I then created a shell script that would run the arp-scan piped into scan.txt then runt he python script. I set up this script in the root crontab to run once every half hour. Root is required to run the arp-scan command, so my user crontab wouldn’t cut it. Everything ran fine when I manually did a run of the script using sudo. The PHP on the other end out output the latest values based on the time stamp to a webpage.
This is where I ran into my first major hurdle. The script wasn’t running in cron. After a lot of digging and futzing, I found that basically, when cron runs the script, it works off of different environmental variables. I had to specify in ,y bash file, specifically where each command existed. The end result looks something like this:
Eventually the scan was running and posting data automatically as expected. After a few days, I ran into my second major issue. There was simply put, way too much data for my crappy old “server” to handle. The webpage slowed to a crawl as the table contained something like 9000+ entries. It’s possible and likely that my query was also rubbish, but rather than stress more figuring it out, I modified all of the code again.

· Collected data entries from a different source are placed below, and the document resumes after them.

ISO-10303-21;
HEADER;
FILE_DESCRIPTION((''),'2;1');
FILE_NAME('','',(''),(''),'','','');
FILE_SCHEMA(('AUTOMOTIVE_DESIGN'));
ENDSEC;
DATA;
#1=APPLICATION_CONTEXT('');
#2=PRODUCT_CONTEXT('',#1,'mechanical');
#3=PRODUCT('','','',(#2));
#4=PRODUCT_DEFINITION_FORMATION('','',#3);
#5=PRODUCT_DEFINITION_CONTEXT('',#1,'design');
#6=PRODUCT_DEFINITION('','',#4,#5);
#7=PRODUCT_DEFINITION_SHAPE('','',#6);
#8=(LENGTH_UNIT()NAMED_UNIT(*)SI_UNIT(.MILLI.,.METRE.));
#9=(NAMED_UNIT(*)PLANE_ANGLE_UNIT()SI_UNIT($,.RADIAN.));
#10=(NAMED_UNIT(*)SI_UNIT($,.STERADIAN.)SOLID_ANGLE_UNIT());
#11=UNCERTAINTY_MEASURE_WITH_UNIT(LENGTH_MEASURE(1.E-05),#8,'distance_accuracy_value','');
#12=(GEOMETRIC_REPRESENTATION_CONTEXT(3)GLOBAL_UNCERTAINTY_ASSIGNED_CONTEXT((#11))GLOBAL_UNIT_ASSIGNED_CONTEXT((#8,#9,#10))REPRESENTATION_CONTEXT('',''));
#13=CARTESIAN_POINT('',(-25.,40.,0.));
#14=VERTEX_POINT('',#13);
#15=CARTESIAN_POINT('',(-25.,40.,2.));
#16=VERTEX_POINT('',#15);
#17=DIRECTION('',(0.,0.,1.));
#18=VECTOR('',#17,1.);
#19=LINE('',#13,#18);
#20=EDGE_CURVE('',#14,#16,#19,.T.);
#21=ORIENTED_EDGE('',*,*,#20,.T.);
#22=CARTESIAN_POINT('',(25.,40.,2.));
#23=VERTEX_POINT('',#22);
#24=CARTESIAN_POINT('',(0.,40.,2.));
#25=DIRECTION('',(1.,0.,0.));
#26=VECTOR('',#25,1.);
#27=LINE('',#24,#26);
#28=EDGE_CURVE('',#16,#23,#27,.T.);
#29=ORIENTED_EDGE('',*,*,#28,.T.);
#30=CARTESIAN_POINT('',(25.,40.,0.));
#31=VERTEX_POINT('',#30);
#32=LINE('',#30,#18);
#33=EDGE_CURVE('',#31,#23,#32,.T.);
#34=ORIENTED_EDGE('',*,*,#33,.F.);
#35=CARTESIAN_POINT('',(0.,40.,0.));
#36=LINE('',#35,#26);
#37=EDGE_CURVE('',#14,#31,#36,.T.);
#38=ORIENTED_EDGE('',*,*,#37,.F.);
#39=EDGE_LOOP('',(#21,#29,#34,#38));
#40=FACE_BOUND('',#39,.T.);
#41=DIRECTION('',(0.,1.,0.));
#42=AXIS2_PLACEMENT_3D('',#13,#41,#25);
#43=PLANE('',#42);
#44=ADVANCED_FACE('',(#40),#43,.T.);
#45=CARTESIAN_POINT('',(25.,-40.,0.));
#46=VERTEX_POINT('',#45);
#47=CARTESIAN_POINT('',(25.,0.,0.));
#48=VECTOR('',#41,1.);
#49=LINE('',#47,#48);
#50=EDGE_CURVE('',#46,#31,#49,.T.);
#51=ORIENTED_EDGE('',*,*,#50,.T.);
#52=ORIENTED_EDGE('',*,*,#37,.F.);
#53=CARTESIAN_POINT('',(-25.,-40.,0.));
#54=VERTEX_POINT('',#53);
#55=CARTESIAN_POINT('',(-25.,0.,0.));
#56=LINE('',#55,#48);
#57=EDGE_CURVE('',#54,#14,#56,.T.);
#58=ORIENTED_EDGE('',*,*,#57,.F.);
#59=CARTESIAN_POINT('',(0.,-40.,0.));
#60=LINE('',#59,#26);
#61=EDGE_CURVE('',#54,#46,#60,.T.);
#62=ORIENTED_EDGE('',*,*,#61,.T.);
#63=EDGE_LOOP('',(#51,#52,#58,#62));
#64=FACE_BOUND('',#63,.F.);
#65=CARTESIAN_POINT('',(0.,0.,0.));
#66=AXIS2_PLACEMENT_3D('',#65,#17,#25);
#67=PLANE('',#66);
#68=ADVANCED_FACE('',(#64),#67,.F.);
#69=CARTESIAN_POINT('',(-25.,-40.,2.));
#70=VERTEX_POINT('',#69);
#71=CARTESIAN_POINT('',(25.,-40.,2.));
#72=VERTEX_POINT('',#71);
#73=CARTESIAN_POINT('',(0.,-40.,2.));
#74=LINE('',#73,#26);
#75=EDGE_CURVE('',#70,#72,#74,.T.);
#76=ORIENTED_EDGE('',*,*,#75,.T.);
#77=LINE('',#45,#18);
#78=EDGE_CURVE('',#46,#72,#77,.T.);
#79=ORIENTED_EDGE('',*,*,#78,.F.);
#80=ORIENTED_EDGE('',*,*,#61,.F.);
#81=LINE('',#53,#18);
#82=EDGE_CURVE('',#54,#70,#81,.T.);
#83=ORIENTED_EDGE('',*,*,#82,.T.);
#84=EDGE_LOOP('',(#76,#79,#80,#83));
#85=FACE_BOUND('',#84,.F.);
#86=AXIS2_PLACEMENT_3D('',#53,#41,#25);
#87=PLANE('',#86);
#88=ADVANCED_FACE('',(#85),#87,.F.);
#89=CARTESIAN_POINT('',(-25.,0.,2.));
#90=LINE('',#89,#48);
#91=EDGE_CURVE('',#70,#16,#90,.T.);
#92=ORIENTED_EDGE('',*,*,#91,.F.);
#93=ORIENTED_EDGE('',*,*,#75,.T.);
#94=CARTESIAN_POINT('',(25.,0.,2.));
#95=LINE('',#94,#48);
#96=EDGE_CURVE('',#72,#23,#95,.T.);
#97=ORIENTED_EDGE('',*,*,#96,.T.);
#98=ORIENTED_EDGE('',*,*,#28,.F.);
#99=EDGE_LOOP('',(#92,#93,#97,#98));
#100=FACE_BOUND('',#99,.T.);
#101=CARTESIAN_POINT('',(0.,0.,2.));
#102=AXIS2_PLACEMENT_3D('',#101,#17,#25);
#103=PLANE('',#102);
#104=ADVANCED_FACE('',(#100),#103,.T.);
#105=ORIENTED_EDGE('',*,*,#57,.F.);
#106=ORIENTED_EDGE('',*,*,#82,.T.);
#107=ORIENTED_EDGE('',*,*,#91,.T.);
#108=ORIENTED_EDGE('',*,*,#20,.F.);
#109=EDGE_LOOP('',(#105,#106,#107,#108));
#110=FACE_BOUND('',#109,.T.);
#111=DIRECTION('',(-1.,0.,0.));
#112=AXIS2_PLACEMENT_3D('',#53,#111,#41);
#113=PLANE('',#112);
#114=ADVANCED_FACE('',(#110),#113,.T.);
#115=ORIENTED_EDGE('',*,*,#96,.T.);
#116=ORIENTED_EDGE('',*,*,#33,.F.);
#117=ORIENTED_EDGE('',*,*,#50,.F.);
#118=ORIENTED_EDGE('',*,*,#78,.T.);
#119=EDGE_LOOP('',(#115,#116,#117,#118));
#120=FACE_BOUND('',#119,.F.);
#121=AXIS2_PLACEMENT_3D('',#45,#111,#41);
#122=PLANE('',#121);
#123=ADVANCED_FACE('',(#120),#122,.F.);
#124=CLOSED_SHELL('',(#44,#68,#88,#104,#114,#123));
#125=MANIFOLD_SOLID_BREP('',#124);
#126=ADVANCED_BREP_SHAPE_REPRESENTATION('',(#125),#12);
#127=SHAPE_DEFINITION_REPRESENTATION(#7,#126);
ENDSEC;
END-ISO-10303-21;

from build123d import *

# Parameters (mm, degrees)
CROQUIS1_W              = 50
CROQUIS1_H              = 80
SALIENTE_EXTRUIR1_DEPTH = 2


with BuildPart() as part:
    # Croquis1 → Saliente-Extruir1 (new body)
    with BuildSketch(Plane.XY):
        Rectangle(CROQUIS1_W, CROQUIS1_H)
    extrude(amount=SALIENTE_EXTRUIR1_DEPTH)


solid = part.part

Instead of adding a new entry for every MAC address every scan, I changed it to check if there already was an entry, and simply update the last_seen time. I had originally designed the system with the idea of getting legacy data for attached devices, but decided I only really cared about a generic history.
The new webpage table now displays all devices, current and previously seen, with the last seen date.
A few issues came up on the output end as well, though none of them were super hard to correct. One, I wanted a way to sort the table by clicking the headers. There are several scripts you can toss in your code to do this online.
I also wanted more data about each device, so I added a form where I could fill in more data about each device. Specifically, the network name, if there was one, a description of what the device is, the User of the device (which family member or if it’s just a network device). This also checks and updates based on MAC address.
I also ran into an issue with MAC addresses and my Network extender. When devices are connected to the Network Extender, the first half of the MAC is replaced with the first part of the Extender’s MAC, though they retain the last half. I may eventually write some code to detect and merge these entries, but for now, I’ve simply been labeling them in the description as “(Extender)”, so I know it’s the same device on the other connection.
The final end result looks something like this:
I used to have the network super organized before I moved, but the new router doesn’t work nicely with my Pi DHCP server, so I have not gotten things quite as nicely sorted as I would like. Everything in the picture is sorted, but above .100, it’s a mess. I also can’t assign IPs to some devices at all, like the DirecTV gear or my Amazon Echos, which is really annoying.
One of my future projects will hopefully correct this, as I want to put a second router on the network with DD-WRT, between the ISP gateway and everything else.
Overall, it’s been a fun little exercise in coding that combined a lot different techniques together in a fun way.